* _Exercise goal_
Write out, from the entries below, exactly the lines that run between the lines holding "f 45 127 114" and "f 186 185 187", inclusive, and stop there.

═════ Records to process ═════

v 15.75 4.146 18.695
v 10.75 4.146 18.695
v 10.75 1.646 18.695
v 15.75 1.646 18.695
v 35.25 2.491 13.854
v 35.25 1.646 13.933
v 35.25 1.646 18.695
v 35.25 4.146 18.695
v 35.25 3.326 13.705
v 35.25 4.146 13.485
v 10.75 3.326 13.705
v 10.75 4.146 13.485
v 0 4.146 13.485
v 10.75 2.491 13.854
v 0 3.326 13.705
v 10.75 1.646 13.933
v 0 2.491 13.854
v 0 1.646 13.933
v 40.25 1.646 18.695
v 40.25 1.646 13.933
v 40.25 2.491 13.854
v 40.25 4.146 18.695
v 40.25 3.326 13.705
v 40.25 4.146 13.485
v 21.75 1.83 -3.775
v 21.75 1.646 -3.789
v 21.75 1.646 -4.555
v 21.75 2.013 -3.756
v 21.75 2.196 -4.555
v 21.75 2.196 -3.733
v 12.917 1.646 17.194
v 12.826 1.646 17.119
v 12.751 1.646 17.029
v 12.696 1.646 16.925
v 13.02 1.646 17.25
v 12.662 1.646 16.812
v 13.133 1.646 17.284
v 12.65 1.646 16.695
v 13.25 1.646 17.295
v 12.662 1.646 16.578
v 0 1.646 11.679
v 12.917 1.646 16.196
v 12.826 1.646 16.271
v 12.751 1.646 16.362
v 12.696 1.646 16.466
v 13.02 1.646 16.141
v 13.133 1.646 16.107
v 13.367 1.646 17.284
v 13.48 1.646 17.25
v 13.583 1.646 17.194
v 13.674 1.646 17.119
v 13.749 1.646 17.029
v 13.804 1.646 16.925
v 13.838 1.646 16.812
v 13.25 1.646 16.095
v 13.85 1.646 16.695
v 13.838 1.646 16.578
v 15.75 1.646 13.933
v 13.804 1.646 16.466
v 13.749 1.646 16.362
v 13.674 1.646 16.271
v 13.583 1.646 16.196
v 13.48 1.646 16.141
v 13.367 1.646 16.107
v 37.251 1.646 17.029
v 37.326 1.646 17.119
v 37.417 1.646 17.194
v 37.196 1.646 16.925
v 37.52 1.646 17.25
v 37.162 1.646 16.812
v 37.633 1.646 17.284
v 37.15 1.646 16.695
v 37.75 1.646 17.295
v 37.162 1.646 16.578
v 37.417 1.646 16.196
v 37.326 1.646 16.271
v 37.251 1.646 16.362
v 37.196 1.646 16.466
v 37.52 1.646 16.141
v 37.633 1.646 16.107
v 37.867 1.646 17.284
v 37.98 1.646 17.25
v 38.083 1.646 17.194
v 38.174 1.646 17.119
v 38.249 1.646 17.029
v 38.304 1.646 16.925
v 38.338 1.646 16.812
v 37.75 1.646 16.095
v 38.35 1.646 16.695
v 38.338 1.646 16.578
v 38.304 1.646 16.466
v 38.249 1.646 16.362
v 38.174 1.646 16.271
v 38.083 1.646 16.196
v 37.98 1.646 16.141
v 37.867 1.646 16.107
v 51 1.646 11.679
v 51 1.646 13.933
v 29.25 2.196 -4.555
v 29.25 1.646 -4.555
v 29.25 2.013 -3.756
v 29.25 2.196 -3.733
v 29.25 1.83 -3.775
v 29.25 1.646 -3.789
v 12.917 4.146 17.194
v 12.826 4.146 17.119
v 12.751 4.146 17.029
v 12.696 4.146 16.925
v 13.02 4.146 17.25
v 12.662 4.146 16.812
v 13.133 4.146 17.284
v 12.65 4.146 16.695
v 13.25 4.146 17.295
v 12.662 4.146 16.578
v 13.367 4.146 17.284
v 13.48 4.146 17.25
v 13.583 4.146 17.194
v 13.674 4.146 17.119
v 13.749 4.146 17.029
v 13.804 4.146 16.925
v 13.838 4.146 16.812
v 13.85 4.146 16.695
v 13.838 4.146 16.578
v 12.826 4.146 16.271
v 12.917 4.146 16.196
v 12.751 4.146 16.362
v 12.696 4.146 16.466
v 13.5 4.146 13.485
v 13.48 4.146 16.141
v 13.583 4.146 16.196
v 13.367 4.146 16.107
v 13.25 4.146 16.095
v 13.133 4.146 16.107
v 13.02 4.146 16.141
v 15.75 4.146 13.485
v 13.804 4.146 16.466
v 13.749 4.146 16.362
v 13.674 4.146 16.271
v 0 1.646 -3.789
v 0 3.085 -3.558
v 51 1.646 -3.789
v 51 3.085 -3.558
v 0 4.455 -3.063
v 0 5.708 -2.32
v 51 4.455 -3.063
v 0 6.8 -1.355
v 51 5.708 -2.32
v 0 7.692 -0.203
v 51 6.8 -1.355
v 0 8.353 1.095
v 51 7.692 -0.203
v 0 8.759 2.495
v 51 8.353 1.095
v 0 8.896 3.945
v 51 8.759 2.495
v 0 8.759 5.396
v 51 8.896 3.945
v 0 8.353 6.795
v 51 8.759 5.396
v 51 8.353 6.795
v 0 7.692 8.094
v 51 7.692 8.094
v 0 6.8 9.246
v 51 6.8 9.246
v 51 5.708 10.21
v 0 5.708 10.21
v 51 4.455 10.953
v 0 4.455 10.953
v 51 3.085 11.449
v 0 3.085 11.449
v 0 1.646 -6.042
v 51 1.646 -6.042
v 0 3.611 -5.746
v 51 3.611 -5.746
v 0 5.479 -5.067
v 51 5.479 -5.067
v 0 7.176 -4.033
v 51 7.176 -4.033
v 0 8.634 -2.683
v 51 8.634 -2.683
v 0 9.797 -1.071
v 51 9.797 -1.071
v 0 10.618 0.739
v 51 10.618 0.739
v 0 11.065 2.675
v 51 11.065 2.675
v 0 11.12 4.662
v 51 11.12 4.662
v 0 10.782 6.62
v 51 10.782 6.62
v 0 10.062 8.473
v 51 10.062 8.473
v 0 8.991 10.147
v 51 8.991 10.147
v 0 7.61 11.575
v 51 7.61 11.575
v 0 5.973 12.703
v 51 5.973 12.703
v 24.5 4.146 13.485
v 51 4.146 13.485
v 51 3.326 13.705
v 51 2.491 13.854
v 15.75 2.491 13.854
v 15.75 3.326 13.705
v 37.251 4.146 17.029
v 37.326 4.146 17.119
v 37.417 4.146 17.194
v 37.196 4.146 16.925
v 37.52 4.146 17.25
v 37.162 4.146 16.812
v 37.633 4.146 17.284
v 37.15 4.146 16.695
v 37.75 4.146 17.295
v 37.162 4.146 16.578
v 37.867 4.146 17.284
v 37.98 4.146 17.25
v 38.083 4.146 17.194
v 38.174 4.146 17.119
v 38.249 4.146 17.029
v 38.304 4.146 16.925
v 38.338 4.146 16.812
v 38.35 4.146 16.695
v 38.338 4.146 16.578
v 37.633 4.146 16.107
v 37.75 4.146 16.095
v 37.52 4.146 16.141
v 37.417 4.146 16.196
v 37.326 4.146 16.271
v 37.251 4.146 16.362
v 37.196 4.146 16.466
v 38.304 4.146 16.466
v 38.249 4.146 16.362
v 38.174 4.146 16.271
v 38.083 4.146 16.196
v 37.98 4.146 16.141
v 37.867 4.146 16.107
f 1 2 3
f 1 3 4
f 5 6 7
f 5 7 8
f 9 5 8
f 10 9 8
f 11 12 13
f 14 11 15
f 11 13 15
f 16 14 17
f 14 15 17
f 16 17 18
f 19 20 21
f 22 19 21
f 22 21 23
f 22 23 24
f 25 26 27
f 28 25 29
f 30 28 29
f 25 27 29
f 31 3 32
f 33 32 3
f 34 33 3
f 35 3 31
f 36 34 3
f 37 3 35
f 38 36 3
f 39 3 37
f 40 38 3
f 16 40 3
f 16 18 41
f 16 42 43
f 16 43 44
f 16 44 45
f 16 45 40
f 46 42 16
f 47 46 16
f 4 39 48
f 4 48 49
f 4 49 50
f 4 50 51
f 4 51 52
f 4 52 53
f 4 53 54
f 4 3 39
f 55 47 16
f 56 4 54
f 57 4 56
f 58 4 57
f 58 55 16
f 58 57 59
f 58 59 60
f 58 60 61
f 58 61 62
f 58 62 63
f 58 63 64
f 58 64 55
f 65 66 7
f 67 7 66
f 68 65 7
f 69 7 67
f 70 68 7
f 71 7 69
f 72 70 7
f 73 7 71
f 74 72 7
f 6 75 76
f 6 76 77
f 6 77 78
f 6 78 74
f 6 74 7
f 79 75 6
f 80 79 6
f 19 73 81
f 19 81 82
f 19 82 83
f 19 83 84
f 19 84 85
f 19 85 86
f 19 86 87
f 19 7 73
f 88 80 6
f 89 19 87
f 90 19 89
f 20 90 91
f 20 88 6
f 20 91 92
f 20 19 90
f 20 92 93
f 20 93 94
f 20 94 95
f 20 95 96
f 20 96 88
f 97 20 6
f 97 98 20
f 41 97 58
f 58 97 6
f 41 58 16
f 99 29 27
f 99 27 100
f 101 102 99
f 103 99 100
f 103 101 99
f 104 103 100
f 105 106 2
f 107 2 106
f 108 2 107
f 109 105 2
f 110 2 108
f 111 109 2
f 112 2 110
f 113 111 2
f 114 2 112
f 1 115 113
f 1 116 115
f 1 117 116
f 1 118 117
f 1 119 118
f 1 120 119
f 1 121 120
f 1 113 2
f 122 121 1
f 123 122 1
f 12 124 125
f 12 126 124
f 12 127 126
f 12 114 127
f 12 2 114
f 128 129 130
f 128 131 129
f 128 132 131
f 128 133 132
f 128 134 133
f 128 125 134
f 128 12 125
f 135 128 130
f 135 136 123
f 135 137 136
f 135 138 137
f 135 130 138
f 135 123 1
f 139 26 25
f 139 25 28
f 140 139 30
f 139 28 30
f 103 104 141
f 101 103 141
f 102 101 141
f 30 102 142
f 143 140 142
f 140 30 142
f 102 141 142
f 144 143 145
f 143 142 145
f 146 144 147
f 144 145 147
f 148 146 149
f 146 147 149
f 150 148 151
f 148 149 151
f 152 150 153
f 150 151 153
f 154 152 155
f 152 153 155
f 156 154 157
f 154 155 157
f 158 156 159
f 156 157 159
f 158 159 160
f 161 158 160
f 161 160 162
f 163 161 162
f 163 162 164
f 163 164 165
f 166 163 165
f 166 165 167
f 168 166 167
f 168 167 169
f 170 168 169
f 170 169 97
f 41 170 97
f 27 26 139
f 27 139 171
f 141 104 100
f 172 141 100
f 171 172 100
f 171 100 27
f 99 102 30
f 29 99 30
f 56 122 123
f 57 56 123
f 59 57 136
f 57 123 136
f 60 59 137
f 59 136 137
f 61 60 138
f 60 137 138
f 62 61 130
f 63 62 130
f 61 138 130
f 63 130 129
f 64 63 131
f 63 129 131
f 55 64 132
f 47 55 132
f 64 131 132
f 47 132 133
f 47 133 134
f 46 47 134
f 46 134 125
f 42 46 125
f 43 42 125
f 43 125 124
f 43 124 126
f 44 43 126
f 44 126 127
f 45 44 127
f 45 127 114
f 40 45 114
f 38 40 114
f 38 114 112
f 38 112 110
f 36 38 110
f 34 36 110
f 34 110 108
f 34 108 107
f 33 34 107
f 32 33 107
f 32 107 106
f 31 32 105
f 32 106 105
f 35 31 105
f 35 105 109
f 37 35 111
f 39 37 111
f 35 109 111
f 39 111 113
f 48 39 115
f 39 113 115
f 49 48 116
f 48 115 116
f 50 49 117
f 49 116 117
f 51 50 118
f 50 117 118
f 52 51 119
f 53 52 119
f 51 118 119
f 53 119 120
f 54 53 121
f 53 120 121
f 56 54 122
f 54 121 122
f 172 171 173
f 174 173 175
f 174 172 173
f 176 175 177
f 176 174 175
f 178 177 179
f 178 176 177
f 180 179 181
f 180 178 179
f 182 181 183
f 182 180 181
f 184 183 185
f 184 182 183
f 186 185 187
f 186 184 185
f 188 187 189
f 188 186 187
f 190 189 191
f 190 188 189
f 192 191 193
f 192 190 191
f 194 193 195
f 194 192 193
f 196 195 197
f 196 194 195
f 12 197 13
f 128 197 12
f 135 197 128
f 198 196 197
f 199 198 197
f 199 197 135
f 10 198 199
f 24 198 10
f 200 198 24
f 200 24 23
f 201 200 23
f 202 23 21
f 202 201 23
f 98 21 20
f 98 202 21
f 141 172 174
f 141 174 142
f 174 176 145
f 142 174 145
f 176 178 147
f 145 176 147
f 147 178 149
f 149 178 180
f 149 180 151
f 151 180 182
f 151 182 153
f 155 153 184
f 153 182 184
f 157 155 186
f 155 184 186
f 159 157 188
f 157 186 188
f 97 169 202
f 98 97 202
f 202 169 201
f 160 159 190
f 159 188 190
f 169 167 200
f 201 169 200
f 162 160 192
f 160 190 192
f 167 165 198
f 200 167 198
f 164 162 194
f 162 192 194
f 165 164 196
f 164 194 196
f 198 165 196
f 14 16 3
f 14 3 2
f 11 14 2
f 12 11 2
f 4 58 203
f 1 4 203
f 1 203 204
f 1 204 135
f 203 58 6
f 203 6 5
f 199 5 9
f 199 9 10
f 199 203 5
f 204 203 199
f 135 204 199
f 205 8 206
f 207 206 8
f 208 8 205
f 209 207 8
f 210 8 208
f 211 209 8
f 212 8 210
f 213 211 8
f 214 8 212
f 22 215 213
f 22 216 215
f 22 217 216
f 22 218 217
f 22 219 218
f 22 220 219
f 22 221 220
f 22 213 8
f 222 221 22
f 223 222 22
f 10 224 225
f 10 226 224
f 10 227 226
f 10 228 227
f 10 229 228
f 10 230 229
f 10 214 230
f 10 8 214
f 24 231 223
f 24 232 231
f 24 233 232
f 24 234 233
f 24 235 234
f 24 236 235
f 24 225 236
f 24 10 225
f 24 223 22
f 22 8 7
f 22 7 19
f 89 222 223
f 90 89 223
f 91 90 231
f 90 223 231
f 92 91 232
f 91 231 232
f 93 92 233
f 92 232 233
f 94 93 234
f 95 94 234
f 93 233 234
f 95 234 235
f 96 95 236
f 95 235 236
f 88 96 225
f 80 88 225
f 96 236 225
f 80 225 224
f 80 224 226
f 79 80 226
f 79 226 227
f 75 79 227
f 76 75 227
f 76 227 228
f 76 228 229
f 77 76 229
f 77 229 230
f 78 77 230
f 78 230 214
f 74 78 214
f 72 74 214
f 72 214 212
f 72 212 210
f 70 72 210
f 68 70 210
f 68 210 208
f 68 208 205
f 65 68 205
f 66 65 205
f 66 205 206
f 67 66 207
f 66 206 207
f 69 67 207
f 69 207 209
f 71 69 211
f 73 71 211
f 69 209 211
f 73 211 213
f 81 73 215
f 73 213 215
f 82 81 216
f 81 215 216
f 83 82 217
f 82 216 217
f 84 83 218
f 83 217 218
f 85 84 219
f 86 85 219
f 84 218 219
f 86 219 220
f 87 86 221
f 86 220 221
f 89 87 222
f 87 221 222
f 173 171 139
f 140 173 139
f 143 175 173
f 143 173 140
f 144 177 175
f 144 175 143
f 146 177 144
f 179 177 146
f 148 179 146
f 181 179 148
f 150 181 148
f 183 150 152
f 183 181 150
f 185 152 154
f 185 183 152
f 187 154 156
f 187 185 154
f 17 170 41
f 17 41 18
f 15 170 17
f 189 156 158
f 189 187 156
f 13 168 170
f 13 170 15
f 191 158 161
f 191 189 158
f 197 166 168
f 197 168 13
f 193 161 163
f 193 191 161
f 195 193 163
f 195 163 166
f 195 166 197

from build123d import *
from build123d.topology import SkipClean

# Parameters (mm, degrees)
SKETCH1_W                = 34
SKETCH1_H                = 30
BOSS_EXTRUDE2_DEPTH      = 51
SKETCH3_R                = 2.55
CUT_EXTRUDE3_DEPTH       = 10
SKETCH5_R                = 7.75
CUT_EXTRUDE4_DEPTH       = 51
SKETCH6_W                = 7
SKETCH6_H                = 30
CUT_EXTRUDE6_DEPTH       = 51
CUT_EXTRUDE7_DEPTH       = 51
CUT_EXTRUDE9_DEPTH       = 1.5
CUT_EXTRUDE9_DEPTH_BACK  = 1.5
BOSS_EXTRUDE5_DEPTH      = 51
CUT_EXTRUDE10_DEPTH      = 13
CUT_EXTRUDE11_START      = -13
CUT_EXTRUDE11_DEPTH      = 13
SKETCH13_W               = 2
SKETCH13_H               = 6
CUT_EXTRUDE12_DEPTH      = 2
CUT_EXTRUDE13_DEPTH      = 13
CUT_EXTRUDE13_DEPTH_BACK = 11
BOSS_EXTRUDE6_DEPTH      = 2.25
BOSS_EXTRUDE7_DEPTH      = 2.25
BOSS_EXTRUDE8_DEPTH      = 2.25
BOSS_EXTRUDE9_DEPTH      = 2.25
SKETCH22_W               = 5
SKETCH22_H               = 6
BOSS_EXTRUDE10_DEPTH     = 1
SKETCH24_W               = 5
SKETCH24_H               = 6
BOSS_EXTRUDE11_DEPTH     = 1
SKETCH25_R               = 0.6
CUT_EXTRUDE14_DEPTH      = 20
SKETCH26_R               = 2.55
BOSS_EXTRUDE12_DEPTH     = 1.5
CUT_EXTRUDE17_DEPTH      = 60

═════

* _Exercise output_
f 45 127 114
f 40 45 114
f 38 40 114
f 38 114 112
f 38 112 110
f 36 38 110
f 34 36 110
f 34 110 108
f 34 108 107
f 33 34 107
f 32 33 107
f 32 107 106
f 31 32 105
f 32 106 105
f 35 31 105
f 35 105 109
f 37 35 111
f 39 37 111
f 35 109 111
f 39 111 113
f 48 39 115
f 39 113 115
f 49 48 116
f 48 115 116
f 50 49 117
f 49 116 117
f 51 50 118
f 50 117 118
f 52 51 119
f 53 52 119
f 51 118 119
f 53 119 120
f 54 53 121
f 53 120 121
f 56 54 122
f 54 121 122
f 172 171 173
f 174 173 175
f 174 172 173
f 176 175 177
f 176 174 175
f 178 177 179
f 178 176 177
f 180 179 181
f 180 178 179
f 182 181 183
f 182 180 181
f 184 183 185
f 184 182 183
f 186 185 187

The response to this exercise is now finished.